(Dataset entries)

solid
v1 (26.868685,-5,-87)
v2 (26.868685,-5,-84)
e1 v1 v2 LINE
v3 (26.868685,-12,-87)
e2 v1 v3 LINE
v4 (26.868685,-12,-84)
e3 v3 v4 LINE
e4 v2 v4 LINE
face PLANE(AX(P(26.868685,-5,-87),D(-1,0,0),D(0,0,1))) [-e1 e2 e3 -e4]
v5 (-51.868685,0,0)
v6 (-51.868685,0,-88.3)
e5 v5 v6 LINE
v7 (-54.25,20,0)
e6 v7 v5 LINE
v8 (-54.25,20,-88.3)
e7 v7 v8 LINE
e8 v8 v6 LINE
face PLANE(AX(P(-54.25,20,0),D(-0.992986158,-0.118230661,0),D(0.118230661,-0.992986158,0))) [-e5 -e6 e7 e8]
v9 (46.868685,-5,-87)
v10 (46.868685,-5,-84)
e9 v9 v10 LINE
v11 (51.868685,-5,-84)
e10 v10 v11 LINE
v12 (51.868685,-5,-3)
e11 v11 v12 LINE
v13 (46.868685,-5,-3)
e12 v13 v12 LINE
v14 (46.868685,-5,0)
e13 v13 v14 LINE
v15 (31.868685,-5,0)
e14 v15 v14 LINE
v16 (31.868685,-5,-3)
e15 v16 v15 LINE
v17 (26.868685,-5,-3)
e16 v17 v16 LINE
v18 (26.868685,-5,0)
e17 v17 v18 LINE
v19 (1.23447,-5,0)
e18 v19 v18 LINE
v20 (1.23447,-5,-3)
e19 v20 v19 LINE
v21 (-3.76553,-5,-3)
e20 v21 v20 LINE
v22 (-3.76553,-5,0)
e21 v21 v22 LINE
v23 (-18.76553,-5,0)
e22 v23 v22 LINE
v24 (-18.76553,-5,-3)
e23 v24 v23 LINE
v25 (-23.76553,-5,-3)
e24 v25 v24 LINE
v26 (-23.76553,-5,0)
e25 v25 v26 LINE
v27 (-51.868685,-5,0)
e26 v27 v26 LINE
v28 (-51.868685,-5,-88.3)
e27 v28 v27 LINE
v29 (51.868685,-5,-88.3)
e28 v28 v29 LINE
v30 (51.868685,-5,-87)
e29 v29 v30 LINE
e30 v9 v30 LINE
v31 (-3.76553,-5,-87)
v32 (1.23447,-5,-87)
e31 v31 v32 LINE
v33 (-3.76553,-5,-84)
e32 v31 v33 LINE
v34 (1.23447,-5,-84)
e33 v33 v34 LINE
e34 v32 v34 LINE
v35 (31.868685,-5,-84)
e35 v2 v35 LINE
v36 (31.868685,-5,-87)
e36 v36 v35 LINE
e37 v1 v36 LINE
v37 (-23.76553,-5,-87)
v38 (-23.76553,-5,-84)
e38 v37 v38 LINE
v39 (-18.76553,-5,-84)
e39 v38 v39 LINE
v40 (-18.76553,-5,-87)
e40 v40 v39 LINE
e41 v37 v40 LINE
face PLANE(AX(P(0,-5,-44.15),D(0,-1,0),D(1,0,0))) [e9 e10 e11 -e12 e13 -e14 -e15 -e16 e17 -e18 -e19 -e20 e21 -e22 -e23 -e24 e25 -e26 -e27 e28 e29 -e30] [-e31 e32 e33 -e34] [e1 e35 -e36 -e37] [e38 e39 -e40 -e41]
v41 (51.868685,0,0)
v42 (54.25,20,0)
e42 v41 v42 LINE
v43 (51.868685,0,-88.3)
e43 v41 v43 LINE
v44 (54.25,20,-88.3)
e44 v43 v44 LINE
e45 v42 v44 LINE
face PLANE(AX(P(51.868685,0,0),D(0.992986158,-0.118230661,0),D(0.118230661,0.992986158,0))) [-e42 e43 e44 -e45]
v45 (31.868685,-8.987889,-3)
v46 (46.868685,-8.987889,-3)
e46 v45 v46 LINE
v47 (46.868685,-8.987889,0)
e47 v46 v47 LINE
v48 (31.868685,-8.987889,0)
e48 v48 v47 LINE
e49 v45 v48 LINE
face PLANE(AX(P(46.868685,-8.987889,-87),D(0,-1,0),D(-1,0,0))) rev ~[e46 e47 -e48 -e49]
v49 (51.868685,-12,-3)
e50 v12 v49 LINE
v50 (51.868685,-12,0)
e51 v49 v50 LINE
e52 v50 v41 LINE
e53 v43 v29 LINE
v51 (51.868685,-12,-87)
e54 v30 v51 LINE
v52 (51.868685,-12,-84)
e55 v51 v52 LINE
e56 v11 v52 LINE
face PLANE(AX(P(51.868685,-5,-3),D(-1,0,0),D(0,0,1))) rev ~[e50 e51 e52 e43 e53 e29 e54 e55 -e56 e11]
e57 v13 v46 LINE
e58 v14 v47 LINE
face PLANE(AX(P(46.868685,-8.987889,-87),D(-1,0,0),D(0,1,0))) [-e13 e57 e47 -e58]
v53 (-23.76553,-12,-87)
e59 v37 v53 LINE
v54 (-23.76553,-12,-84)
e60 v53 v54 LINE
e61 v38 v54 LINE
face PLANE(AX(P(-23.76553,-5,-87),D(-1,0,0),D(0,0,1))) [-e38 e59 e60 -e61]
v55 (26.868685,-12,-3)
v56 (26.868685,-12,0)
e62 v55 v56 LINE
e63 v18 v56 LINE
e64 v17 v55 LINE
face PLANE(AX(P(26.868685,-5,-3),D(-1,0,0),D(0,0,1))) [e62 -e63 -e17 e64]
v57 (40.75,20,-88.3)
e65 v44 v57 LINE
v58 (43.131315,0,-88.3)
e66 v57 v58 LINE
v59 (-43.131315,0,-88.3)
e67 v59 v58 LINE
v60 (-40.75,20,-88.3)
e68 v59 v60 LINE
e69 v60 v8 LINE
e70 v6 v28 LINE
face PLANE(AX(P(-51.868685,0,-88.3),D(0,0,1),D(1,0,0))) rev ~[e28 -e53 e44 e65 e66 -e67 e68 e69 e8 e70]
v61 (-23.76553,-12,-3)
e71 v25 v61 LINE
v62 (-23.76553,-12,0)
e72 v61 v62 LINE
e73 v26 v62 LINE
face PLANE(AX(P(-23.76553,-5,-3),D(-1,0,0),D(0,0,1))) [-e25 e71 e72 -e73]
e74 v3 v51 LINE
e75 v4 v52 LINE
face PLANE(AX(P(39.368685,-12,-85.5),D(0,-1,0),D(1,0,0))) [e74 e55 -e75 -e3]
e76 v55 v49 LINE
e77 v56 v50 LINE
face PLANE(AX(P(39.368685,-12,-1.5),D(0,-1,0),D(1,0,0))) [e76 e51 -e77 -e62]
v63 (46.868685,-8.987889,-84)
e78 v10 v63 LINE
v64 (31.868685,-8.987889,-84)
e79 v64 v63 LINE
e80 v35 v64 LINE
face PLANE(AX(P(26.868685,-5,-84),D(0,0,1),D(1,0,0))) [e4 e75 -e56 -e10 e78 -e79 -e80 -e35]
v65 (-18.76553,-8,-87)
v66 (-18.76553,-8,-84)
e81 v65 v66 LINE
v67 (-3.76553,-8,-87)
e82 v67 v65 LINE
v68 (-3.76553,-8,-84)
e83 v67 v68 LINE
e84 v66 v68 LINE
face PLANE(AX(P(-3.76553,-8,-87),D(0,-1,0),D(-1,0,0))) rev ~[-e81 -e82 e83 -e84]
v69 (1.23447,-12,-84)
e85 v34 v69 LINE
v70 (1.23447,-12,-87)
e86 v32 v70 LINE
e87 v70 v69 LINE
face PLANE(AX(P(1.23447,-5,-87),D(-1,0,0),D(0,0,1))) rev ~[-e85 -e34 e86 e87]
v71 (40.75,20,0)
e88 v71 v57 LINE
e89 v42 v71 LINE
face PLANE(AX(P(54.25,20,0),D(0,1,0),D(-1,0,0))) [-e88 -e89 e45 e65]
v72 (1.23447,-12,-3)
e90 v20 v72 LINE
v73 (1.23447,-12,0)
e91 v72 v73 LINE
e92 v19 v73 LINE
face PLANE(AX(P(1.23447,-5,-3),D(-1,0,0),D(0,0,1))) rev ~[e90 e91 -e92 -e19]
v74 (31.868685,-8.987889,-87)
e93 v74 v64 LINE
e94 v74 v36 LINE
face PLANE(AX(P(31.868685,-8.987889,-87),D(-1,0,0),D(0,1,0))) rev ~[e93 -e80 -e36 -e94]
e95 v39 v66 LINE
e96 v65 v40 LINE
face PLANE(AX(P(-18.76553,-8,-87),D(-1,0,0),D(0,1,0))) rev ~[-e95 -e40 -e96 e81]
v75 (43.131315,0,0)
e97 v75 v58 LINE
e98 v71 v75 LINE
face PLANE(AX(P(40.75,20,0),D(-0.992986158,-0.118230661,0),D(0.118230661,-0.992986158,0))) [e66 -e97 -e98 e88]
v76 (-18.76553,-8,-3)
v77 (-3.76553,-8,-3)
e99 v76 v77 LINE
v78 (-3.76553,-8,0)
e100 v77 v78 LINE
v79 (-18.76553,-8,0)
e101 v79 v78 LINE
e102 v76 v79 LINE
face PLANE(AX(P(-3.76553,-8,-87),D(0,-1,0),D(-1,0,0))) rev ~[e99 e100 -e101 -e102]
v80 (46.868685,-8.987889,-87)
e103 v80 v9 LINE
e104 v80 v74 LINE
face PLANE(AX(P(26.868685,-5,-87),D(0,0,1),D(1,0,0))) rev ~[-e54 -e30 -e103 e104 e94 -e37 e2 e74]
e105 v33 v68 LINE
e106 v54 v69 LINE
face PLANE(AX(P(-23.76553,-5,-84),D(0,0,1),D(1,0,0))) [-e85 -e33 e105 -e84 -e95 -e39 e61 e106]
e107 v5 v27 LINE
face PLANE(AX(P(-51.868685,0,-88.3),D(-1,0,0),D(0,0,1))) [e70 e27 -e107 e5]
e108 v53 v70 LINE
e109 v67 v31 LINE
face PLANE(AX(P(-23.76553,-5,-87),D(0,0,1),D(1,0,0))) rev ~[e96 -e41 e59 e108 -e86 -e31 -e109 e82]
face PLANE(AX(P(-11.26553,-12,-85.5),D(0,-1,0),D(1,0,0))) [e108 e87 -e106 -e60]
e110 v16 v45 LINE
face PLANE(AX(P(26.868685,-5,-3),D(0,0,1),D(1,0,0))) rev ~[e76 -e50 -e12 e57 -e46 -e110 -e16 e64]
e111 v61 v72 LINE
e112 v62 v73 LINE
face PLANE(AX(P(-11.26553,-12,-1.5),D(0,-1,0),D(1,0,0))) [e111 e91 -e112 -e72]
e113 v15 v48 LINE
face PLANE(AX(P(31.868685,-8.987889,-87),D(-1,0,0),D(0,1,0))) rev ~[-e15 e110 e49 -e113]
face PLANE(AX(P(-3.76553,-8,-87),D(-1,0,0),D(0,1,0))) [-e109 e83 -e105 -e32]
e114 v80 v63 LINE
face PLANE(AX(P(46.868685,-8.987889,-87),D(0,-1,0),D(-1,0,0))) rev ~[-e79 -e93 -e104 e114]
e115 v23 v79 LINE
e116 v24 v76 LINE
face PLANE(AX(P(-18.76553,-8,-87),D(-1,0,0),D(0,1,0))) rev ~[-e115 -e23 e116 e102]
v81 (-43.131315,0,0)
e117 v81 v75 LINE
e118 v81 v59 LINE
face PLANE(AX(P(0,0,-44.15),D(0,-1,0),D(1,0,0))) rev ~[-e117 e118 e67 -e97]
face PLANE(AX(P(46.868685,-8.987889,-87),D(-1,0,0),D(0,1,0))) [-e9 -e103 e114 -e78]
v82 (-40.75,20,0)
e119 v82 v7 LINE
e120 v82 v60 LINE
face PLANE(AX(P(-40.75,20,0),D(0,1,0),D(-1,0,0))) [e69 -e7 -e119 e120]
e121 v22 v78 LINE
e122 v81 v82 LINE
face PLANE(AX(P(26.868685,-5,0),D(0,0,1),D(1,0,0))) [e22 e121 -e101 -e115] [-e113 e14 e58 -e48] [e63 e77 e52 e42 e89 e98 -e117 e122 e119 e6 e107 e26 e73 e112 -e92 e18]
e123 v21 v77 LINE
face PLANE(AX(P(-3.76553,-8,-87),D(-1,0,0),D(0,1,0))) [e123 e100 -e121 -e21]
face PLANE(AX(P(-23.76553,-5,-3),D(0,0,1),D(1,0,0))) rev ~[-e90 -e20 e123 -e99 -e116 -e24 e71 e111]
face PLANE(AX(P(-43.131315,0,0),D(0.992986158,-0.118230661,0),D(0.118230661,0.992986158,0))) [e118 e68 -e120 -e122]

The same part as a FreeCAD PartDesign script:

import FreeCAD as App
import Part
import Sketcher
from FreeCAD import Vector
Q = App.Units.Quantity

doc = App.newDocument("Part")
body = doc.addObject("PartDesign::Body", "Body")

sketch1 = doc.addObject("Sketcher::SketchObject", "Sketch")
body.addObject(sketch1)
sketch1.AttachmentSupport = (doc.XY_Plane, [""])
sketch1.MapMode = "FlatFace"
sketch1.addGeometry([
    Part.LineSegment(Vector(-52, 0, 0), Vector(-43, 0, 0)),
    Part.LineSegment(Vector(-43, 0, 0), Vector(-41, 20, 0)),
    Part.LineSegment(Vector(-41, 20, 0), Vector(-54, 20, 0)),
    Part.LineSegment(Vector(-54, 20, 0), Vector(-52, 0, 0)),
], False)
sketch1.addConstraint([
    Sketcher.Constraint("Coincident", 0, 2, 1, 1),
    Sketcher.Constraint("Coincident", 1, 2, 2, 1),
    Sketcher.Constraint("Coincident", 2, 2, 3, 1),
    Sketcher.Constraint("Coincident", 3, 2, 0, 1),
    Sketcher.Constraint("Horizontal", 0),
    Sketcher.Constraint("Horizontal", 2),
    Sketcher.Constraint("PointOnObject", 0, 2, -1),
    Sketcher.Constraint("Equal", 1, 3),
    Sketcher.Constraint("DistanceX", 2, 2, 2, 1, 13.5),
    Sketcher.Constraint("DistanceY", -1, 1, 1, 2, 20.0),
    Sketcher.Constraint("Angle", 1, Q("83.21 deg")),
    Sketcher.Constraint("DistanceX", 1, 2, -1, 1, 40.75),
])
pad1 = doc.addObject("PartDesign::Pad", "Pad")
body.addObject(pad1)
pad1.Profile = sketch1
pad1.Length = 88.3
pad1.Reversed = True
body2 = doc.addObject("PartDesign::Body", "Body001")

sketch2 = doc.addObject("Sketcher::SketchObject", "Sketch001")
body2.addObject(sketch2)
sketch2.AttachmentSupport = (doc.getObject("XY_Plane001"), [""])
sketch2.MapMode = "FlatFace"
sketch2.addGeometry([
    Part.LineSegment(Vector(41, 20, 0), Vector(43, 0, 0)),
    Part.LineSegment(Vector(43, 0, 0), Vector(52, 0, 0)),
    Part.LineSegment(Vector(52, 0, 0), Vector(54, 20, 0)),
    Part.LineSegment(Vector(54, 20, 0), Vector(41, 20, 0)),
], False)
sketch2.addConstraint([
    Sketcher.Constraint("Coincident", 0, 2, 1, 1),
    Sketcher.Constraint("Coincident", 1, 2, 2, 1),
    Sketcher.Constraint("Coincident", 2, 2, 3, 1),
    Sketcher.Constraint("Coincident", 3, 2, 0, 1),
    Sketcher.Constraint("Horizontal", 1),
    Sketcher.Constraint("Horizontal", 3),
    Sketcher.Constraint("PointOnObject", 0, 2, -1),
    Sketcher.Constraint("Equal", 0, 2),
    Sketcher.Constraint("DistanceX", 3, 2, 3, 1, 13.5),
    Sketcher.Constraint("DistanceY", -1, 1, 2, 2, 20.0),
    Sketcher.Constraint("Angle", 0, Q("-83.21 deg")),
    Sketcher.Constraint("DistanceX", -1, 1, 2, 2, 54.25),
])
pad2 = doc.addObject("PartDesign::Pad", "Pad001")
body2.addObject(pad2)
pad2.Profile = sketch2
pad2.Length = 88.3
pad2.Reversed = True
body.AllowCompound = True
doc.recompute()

> **WORK TO COMPLETE**:
Look above for the line with "v73 (1.23447,-12,0)"; retype exactly that line, every line after it up to the line with "e96 v65 v40 LINE", and that line too, nothing else.

> **TASK ANSWER**:
v73 (1.23447,-12,0)
e91 v72 v73 LINE
e92 v19 v73 LINE
face PLANE(AX(P(1.23447,-5,-3),D(-1,0,0),D(0,0,1))) rev ~[e90 e91 -e92 -e19]
v74 (31.868685,-8.987889,-87)
e93 v74 v64 LINE
e94 v74 v36 LINE
face PLANE(AX(P(31.868685,-8.987889,-87),D(-1,0,0),D(0,1,0))) rev ~[e93 -e80 -e36 -e94]
e95 v39 v66 LINE
e96 v65 v40 LINE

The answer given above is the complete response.